Há um Gosto Amargo nas Flores
Ariovaldo Cavarzan

“Escrever prosa e poesia é como deixar marcas de passagem, através das trilhas da vida. Importa, vez ou outra, parar para respirar fundo, dar um tempo e admirar o quanto foi deixado à retaguarda, haurindo ali forças e esperanças para a continuidade da jornada.”  A.C.

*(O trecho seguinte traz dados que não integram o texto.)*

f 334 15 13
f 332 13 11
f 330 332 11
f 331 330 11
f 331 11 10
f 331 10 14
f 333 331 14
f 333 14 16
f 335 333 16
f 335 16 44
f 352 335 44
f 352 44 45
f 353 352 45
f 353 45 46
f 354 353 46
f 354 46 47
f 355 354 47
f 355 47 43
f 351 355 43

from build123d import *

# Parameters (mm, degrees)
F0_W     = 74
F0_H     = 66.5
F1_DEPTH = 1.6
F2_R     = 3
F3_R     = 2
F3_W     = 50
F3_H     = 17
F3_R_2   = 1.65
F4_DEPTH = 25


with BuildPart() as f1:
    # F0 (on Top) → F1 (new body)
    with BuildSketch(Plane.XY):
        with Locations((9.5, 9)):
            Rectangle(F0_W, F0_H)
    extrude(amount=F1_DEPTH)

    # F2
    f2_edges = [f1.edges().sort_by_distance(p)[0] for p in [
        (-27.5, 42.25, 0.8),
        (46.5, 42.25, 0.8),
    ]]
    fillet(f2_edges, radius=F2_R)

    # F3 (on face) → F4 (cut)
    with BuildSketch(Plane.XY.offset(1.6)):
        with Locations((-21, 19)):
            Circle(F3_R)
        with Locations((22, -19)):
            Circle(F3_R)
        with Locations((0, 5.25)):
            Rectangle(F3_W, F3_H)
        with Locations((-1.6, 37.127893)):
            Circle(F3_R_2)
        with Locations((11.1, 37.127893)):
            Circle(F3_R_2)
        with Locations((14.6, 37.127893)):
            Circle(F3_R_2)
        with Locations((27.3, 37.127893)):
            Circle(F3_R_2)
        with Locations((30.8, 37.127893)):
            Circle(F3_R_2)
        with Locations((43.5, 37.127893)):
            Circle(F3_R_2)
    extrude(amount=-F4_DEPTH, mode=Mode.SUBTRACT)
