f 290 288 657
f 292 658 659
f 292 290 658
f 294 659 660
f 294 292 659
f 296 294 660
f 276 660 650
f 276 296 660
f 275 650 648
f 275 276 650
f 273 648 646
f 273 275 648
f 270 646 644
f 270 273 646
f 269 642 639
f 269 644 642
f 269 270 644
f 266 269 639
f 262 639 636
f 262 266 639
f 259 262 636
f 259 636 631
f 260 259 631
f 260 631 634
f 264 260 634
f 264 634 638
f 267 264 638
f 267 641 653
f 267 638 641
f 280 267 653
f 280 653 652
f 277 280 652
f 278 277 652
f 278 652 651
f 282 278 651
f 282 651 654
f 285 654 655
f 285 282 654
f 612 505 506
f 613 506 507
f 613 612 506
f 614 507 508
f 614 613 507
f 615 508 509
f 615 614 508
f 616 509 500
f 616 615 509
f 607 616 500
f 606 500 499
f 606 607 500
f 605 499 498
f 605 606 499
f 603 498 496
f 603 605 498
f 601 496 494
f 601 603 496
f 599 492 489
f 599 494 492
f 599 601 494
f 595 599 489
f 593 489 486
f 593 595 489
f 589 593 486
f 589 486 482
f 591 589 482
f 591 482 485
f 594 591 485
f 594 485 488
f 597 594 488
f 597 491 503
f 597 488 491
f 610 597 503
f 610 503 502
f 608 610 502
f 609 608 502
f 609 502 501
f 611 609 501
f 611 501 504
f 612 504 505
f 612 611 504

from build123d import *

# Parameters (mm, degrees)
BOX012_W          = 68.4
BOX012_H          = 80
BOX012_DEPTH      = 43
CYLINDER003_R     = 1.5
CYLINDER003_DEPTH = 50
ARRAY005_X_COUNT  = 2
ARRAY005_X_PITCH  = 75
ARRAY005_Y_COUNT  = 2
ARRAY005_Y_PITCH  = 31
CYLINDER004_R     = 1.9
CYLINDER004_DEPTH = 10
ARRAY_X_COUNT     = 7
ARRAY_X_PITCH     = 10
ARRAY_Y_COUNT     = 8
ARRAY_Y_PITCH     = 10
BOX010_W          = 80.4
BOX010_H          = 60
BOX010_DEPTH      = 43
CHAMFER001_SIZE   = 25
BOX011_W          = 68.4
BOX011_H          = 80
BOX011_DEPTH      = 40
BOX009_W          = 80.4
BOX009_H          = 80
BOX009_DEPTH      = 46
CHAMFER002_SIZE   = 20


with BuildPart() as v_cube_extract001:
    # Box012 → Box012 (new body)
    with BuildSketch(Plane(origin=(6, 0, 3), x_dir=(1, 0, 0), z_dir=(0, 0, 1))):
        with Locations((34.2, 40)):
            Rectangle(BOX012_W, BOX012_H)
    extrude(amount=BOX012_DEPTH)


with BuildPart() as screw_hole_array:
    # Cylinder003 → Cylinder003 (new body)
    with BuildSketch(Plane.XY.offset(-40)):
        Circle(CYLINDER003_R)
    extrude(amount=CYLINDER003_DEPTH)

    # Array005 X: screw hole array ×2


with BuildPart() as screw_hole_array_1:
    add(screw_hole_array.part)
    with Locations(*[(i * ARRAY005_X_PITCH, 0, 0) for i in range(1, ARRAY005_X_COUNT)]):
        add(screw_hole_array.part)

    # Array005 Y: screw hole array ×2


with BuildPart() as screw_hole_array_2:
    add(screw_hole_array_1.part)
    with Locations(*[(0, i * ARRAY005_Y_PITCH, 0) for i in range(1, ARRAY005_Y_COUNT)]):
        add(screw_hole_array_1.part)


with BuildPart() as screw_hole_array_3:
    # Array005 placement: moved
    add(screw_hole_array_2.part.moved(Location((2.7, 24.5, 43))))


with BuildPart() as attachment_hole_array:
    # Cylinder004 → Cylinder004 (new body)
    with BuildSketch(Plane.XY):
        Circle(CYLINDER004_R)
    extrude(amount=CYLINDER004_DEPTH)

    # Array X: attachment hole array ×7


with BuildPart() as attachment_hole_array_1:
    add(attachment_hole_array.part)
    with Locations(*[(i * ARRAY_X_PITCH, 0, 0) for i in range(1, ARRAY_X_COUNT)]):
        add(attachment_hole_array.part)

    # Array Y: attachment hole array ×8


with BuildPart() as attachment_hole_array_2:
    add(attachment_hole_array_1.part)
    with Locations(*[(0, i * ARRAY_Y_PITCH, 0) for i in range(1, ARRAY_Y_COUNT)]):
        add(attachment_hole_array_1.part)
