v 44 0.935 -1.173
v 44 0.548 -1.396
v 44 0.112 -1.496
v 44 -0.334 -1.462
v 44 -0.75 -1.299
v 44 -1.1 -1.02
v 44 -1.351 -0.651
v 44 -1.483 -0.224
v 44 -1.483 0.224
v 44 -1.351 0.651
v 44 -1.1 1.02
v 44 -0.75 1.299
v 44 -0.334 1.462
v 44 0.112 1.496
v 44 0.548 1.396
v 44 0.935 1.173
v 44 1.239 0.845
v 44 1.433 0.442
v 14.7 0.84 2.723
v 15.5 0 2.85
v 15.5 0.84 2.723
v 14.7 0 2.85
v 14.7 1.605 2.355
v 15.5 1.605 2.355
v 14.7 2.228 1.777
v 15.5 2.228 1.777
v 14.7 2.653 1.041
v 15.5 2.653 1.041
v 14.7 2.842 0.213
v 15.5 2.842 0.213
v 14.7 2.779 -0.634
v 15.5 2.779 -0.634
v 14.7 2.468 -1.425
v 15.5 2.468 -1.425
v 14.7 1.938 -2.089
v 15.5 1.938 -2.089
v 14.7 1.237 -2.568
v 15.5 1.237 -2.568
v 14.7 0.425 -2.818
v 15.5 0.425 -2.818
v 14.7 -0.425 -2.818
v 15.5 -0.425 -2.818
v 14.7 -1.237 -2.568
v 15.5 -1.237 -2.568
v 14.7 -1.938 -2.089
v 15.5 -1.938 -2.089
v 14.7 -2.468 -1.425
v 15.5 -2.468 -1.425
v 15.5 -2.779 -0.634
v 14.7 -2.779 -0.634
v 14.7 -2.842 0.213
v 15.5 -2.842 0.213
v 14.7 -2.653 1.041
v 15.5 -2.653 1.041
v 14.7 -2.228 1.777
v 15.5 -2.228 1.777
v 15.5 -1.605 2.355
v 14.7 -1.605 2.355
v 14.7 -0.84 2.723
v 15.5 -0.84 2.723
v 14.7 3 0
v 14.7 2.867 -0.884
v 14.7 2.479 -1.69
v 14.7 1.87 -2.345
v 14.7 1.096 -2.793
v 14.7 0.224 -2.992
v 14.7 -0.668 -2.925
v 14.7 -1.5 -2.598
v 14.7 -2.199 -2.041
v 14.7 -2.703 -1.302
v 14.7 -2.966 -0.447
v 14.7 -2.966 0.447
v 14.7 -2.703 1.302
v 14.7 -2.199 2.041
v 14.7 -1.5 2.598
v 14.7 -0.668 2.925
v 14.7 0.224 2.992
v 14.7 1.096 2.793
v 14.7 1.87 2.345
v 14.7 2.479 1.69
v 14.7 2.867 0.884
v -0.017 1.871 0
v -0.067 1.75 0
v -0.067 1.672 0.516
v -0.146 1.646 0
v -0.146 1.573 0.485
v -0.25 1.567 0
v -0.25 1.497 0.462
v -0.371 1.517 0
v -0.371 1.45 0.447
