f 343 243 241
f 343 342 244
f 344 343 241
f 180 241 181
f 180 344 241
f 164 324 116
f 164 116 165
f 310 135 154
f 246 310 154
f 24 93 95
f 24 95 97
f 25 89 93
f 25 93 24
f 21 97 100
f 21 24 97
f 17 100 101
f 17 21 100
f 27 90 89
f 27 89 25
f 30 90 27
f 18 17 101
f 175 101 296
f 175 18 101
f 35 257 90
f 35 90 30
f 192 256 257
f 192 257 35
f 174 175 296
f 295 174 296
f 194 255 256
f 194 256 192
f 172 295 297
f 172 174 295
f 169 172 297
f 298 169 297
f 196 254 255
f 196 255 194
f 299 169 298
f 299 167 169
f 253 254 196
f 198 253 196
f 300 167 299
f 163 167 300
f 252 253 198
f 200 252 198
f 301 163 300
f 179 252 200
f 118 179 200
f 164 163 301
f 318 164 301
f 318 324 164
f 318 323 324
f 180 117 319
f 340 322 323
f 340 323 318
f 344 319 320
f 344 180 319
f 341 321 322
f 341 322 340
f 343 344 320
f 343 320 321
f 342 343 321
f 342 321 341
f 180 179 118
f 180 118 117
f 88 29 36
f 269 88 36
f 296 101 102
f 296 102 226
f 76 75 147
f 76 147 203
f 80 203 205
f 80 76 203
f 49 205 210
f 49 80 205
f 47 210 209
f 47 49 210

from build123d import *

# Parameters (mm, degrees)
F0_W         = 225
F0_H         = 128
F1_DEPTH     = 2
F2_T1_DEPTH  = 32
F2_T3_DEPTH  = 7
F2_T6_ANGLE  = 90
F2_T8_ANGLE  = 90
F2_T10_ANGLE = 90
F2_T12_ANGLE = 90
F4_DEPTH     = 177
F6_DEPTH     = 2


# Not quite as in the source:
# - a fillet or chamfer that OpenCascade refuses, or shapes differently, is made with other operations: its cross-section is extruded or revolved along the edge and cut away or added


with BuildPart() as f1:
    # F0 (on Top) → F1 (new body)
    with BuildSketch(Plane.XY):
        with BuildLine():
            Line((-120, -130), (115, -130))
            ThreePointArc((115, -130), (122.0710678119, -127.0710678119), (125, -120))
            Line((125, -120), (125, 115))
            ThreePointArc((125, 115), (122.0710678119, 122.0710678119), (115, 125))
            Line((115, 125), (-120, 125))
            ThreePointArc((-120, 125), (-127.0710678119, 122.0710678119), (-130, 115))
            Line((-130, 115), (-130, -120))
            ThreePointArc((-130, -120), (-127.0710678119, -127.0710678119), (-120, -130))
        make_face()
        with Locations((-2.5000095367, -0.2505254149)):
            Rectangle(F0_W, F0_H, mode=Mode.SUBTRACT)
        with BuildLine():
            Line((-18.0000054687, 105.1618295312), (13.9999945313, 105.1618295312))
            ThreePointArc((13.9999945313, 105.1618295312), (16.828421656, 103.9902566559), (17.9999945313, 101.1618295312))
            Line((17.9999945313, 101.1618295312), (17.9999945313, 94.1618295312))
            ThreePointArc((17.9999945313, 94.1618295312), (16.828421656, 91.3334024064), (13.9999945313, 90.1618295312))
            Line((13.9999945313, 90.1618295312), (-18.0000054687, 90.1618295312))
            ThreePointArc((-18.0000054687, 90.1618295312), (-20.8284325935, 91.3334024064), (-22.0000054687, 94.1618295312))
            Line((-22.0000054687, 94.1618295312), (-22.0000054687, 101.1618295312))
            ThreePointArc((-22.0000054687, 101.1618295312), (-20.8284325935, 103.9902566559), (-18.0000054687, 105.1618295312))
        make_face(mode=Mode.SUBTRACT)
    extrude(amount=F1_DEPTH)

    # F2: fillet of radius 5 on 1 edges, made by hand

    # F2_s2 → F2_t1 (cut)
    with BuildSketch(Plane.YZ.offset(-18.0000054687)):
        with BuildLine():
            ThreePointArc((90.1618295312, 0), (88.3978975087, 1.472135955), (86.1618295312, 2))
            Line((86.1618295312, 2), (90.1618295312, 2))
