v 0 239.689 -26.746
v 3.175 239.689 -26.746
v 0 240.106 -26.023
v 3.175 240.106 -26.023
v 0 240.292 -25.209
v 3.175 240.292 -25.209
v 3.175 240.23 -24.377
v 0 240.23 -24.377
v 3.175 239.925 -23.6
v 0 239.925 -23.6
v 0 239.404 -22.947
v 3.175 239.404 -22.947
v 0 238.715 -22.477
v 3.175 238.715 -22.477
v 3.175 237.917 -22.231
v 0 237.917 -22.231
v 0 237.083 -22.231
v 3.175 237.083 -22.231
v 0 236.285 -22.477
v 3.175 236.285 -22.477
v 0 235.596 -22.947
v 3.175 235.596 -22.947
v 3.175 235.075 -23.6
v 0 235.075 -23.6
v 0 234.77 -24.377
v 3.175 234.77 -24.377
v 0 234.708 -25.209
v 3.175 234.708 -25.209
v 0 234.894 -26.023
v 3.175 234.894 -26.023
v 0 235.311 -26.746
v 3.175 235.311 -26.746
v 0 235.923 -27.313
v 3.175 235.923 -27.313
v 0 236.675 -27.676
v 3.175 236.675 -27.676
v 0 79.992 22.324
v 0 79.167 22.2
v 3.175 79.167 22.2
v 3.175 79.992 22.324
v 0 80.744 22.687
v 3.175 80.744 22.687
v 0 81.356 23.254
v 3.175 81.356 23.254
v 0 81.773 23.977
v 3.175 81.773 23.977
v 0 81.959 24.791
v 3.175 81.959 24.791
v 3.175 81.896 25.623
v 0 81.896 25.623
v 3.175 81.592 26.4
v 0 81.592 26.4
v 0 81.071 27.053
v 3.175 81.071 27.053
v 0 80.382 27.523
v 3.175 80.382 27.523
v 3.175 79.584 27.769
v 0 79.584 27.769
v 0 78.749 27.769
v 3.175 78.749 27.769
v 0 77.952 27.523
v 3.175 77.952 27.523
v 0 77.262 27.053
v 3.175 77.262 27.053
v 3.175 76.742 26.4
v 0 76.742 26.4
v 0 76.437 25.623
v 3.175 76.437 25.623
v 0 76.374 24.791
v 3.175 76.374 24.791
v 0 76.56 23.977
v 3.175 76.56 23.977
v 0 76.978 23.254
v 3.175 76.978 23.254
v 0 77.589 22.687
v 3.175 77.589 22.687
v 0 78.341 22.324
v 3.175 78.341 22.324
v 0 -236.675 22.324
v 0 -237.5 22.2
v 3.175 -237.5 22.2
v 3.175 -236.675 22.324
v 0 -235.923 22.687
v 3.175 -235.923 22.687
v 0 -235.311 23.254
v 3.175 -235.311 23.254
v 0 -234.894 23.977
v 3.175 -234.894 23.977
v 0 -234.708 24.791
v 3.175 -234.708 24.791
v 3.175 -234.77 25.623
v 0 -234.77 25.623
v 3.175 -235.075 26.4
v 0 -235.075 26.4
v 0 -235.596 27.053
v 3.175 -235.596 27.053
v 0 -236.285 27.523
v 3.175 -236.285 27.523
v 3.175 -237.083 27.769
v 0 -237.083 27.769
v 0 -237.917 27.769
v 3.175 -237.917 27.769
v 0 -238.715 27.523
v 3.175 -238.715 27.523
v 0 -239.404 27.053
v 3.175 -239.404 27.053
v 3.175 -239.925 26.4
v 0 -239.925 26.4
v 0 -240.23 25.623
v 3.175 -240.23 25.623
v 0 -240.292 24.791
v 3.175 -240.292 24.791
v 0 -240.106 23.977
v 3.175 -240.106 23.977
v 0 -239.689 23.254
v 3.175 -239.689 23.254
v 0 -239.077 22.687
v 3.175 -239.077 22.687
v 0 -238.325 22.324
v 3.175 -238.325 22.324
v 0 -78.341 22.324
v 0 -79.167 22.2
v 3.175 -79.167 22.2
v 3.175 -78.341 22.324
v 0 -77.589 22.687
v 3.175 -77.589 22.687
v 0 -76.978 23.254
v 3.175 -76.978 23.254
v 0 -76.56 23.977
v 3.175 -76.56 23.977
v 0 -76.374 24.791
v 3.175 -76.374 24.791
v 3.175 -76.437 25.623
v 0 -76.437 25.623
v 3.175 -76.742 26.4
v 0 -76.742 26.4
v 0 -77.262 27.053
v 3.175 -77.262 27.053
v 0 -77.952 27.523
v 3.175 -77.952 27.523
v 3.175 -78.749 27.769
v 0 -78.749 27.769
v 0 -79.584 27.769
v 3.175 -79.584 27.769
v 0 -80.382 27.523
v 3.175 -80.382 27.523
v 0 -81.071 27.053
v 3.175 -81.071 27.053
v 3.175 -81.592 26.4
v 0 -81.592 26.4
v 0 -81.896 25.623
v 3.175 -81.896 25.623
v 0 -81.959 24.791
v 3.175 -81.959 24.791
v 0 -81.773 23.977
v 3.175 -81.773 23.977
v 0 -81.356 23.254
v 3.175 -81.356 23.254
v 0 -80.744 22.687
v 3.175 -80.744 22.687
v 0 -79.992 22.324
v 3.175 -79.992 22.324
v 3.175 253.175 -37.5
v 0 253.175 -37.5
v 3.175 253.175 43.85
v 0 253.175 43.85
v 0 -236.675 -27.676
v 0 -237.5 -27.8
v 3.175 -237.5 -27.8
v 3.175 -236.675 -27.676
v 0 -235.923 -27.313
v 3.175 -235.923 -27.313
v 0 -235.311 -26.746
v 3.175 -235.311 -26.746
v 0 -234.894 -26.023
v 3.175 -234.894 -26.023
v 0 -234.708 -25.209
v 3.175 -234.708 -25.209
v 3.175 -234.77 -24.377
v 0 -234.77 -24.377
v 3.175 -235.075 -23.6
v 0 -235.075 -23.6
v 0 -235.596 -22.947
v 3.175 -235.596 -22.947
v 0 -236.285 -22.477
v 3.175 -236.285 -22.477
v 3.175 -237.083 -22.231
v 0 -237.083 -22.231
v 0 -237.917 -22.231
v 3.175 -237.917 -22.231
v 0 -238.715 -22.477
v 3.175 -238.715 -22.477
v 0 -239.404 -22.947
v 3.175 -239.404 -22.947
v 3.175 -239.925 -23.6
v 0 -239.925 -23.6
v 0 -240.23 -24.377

Em meus tempos de menino, na ânsia de desvendar o mundo,deslumbrei-me ante o perfume e a formosura das flores que enfeitavam vasos, canteiros e jardins de minha casa, tentando identificar-lhes o perfume e o gosto, aprendendo a apreciá-las em sua diversidade de cores, fragrâncias e beleza.
Os sabores eram quase iguais, diferenciados apenas por um toque que ia do amargo puro ao agridoce, com maior ou menor intensidade, embora seus cheiros as tornassem inconfundíveis.
Mas, o olfato, o paladar e a mente de menino, acabaram guardando mais que as simples nuanças perceptíveis aos sentidos.
Aprenderam que as variáveis amargas dos sumos que se esparramavam pelo interior da boca, mostravam-se a mais inesquecível de todas as descobertas.
 Gravaram a verdadeira identidade de cada espécie.
Eram rosas, margaridas, lírios, malmequeres, dálias, girassóis, cravos, violetas, bocas de leão, copos de leite, açucenas, primaveras e flores do campo.
Algumas floresciam em hastes de espinhos, outras se esparramavam no chão, como se fossem tapetes.
A cada nova surpresa, minha mente de menino guardava uma valiosa lição, cujos significados verdadeiros passo a entender agora, em plena fase madura, transportando-os para minha vida cotidiana.
Não devemos nos encantar apenas com as aparências de flores e pessoas.
Importa sentir-lhes o cheiro; conhecer-lhes o sabor; descobrir-lhes a identidade mais íntima; conviver com elas, para entender que, embora algumas se apresentem presas a hastes de espinhos, 
também podem mostrar-se formosas e perfumadas. 
E há ainda aquelas outras que se espalham no chão,  como se fossem tapetes, sem perder a dignidade e a formosura.
Mas todas guardam dentro de si seus verdadeiros cheiros e sabores, nem sempre doces, nem sempre perfumados,com variáveis nuanças mais ou menos amargas, tão somente à espera de um novo despertar da curiosidade de um menino, com muita vontade de desvendar mistérios e peculiaridades escondidas.
O tempo se encarregará de revelar cada conformação, cada haste em que se assenta  uma pessoa, ou uma flor, espinhadas ou não, ou a terra fofa e generosa que lhes prendem os pés.  
Exibirá, por fim,  suas particularidades interiores, suas cores,seus sabores, sua beleza, seu perfume, seus humores, sua espiritualidade e seus valores.
 Enfim, sua capacidade de encantar, embevecer, aceitar, compreender, renunciar, perdoar, acolher, pacificar, esperar, sonhar e amar...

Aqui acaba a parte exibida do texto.